When I stopped condensing time into reel at the age of 21, I started to do the opposite - I started to listen. My favourite channel on what was then the 'new' DAB radio was the test channel, which was bird song in a farmyard on loop. I used to listen to it all day and sometimes all night. I found doing the latter would completely disorientate me and this effect really intrigued me. This was probably the first time I realised the power of sound on the body, our existence and our ideas of reality.

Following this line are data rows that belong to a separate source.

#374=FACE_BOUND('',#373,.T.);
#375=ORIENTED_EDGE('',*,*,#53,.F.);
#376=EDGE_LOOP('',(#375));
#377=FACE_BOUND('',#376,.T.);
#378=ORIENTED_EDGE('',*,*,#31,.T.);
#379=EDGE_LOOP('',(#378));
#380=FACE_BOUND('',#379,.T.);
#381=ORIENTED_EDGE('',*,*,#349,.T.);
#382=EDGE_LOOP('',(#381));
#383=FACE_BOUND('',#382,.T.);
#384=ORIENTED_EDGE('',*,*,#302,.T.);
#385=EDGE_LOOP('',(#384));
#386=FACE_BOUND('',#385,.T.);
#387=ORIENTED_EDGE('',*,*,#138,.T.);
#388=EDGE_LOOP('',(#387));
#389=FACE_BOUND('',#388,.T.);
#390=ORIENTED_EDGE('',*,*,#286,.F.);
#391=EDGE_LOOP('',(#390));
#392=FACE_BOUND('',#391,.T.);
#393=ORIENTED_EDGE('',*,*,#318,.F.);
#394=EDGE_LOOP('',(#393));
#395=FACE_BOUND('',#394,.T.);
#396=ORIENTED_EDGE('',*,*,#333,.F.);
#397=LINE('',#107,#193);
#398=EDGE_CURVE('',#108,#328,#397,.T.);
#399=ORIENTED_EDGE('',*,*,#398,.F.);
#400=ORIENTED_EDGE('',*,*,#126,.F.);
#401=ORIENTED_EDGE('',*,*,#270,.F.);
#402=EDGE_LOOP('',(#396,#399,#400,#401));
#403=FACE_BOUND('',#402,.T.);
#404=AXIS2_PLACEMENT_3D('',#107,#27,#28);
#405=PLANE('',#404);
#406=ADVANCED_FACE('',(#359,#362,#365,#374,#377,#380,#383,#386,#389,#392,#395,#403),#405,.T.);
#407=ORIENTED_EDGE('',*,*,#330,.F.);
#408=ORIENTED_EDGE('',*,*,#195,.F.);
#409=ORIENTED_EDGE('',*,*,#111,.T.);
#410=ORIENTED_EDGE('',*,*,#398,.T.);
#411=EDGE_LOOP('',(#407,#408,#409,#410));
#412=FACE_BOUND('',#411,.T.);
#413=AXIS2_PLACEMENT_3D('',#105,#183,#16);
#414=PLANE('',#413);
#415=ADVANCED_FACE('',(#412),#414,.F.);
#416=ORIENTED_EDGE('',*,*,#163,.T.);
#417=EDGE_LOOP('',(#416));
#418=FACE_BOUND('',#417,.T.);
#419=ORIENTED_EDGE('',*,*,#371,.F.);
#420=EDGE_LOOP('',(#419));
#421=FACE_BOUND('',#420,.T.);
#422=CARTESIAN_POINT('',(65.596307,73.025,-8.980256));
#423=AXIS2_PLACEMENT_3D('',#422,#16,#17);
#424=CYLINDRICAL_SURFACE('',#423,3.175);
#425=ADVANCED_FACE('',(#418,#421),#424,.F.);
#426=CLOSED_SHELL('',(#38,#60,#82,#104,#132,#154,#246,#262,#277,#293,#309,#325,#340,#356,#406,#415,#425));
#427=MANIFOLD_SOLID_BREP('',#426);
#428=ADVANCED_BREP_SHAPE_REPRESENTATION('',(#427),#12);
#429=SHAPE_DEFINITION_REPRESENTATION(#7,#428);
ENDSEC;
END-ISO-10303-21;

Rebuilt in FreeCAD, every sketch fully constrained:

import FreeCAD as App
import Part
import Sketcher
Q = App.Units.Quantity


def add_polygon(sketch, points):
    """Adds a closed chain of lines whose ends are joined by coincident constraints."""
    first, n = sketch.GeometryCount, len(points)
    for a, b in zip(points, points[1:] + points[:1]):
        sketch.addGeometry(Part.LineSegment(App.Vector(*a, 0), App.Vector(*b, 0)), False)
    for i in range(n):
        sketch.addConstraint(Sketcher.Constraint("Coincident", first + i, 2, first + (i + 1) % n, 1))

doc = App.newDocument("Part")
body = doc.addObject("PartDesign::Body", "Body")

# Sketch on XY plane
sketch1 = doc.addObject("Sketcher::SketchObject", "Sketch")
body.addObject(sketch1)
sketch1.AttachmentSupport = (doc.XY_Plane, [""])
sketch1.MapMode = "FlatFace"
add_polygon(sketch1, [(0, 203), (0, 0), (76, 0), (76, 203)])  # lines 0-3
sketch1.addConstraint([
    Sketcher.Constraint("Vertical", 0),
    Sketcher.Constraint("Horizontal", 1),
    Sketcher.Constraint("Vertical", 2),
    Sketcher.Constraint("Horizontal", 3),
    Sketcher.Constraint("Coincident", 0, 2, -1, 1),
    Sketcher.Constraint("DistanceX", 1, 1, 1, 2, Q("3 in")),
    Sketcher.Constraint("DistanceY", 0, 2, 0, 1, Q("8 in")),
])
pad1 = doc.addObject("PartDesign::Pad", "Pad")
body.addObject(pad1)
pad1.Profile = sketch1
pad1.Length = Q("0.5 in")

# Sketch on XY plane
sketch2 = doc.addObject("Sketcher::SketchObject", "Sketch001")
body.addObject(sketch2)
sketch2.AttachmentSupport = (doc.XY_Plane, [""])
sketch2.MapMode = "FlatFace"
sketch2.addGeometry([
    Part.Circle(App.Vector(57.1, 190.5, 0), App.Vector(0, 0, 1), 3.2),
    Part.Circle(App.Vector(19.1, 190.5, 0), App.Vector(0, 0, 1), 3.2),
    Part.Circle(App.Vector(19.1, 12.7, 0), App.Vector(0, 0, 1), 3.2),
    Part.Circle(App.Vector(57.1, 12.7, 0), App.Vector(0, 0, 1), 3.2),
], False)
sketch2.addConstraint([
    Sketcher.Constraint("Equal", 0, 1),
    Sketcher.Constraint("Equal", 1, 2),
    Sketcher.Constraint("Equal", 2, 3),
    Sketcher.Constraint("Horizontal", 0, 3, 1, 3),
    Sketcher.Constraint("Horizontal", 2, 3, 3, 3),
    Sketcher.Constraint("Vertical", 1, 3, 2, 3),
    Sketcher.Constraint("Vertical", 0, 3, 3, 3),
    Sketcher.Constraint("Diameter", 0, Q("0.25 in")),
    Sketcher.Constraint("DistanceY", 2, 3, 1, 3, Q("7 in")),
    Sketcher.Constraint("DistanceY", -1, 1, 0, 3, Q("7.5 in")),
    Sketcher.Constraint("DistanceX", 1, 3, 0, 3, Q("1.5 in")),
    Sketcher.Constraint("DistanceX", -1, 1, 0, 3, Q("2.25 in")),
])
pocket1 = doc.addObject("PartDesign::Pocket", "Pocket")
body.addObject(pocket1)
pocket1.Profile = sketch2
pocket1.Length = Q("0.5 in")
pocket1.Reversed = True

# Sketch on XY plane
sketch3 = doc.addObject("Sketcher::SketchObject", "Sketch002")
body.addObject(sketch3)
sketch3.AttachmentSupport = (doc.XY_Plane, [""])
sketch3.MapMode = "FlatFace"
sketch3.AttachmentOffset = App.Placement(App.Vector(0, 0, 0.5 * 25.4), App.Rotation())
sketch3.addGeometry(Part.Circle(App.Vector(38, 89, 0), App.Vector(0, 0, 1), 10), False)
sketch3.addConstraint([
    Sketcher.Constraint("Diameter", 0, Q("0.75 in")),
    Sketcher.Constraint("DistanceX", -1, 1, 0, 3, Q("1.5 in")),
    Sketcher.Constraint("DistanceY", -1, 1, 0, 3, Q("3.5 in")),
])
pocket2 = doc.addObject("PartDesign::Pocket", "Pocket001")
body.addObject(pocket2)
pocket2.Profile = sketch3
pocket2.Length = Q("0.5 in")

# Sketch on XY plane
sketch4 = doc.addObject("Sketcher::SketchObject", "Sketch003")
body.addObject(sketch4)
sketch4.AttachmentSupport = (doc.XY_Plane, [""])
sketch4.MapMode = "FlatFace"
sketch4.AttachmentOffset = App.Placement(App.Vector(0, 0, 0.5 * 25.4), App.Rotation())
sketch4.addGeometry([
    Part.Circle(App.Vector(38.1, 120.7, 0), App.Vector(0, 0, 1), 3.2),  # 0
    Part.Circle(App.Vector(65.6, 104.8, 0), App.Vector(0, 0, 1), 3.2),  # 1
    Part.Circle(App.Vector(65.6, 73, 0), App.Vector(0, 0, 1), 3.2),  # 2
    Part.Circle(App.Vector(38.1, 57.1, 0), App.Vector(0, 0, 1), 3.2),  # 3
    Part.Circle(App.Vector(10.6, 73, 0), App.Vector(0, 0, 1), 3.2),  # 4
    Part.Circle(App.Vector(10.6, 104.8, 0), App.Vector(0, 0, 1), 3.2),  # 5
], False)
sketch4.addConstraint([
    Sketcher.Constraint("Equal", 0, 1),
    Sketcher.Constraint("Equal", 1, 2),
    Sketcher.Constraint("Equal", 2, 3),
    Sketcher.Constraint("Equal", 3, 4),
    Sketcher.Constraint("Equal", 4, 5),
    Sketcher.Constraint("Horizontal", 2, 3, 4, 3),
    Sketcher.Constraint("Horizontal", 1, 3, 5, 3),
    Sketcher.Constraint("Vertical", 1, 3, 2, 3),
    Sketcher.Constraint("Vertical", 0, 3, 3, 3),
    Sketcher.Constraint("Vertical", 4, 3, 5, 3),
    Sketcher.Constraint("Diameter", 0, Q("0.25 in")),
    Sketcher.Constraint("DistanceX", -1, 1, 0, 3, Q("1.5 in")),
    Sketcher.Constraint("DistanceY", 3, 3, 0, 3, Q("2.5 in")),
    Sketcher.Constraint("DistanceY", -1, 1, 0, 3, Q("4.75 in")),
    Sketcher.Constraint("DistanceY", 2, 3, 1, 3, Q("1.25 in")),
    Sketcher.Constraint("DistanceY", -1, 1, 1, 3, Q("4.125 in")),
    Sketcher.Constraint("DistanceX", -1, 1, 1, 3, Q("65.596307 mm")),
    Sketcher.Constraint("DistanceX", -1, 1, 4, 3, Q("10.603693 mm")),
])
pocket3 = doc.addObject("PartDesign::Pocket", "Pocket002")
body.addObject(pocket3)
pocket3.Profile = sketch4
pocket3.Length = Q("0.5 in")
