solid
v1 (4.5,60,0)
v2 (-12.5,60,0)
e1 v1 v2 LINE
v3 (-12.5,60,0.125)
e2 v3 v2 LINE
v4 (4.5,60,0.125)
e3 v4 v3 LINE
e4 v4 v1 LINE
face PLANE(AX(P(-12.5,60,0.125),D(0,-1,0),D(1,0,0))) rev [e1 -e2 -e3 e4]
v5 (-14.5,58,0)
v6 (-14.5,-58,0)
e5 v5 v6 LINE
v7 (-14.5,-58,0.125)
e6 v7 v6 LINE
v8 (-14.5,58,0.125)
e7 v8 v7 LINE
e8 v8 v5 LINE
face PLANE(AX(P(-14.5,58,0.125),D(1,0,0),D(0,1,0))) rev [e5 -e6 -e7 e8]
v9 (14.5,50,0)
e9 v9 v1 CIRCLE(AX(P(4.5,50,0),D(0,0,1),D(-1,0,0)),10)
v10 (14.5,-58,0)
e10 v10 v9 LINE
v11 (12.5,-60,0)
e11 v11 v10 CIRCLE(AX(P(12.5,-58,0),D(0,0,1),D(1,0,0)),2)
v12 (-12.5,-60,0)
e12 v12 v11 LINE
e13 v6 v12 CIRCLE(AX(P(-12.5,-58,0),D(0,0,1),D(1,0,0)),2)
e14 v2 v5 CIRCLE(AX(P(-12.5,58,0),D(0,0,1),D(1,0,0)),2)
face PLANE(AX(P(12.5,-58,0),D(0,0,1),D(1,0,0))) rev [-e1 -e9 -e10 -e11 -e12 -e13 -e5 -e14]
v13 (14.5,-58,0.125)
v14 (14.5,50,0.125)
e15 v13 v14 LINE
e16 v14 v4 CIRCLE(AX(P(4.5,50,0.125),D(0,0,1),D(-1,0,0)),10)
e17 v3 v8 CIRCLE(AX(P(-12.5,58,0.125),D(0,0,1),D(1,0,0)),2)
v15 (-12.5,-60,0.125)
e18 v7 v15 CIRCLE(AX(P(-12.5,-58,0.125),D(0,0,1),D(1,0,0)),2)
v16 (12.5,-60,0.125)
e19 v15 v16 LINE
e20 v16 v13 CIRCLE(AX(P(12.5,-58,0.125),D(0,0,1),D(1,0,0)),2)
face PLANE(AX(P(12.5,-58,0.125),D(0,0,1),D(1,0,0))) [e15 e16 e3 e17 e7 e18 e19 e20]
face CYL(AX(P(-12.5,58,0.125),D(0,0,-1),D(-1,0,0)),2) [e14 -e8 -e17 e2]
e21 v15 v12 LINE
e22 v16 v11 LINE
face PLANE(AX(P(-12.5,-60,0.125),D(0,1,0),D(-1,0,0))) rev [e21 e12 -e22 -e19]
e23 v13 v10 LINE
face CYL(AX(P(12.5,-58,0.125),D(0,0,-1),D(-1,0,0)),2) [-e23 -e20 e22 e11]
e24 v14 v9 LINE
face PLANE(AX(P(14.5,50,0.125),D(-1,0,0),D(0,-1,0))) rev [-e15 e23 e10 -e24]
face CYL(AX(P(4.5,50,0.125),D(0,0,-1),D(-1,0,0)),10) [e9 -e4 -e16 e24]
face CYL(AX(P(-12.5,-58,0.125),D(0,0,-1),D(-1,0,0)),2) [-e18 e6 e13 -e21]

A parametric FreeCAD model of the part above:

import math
import FreeCAD as App
import Part
import Sketcher
from FreeCAD import Vector

doc = App.newDocument("Part")
body = doc.addObject("PartDesign::Body", "Body")

sketch1 = doc.addObject("Sketcher::SketchObject", "Sketch")
body.addObject(sketch1)
sketch1.AttachmentSupport = (doc.XY_Plane, [""])
sketch1.MapMode = "FlatFace"
sketch1.addGeometry([
    Part.LineSegment(Vector(4.5, 60, 0), Vector(-12.5, 60, 0)),
    Part.ArcOfCircle(Part.Circle(Vector(-12.5, 58, 0), Vector(0, 0, 1), 2), math.radians(90), math.radians(180)),
    Part.LineSegment(Vector(-14.5, 58, 0), Vector(-14.5, -58, 0)),
    Part.ArcOfCircle(Part.Circle(Vector(-12.5, -58, 0), Vector(0, 0, 1), 2), math.radians(-180), math.radians(-90)),
    Part.LineSegment(Vector(-12.5, -60, 0), Vector(12.5, -60, 0)),
    Part.ArcOfCircle(Part.Circle(Vector(12.5, -58, 0), Vector(0, 0, 1), 2), math.radians(-90), math.radians(0)),
    Part.LineSegment(Vector(14.5, -58, 0), Vector(14.5, 50, 0)),
    Part.ArcOfCircle(Part.Circle(Vector(4.5, 50, 0), Vector(0, 0, 1), 10), math.radians(0), math.radians(90)),
], False)
sketch1.addConstraint([
    Sketcher.Constraint("Tangent", 0, 2, 1, 1),
    Sketcher.Constraint("Tangent", 1, 2, 2, 1),
    Sketcher.Constraint("Tangent", 2, 2, 3, 1),
    Sketcher.Constraint("Tangent", 3, 2, 4, 1),
    Sketcher.Constraint("Tangent", 4, 2, 5, 1),
    Sketcher.Constraint("Tangent", 5, 2, 6, 1),
    Sketcher.Constraint("Tangent", 6, 2, 7, 1),
    Sketcher.Constraint("Tangent", 7, 2, 0, 1),
    Sketcher.Constraint("Horizontal", 0),
    Sketcher.Constraint("Vertical", 2),
    Sketcher.Constraint("Horizontal", 4),
    Sketcher.Constraint("Vertical", 6),
    Sketcher.Constraint("Equal", 1, 3),
    Sketcher.Constraint("Equal", 3, 5),
    Sketcher.Constraint("Symmetric", 1, 3, 5, 3, -1, 1),
    Sketcher.Constraint("Radius", 1, 2.0),
    Sketcher.Constraint("Radius", 7, 10.0),
    Sketcher.Constraint("DistanceX", 0, 2, 0, 1, 17.0),
    Sketcher.Constraint("DistanceY", 2, 2, 2, 1, 116.0),
])
pad1 = doc.addObject("PartDesign::Pad", "Pad")
body.addObject(pad1)
pad1.Profile = sketch1
pad1.Length = 0.125

doc.recompute()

One of the most nourishing aspects of producing the Leafscape album is how it has taught me to reclaim my existence – a way of living that feels almost primeval. Time is slowed down when you are in the field recording and vision looses its importance. The noises made by humans can seem intrusive and you start to see patterns. You learn when certain birds sing and when the farmers open particular sluice gates for irrigating. You sit eagerly waiting for the thunderstorm to blow in and the flap of a pigeon's wings becomes intolerably loud. As you crouch down, trying to get out of the wind, swallowtail butterflies will land on you and a snake will slide past. Everything changes scale - time changes and space changes - which is not only intriguing to witness, but also fairly satisfying to see given the rather large leaps in scale in the artworks themselves. Everything in this compilation is now mirrored - the collection has become whole. It has become its own ecosystem, with its own measures of time and scale.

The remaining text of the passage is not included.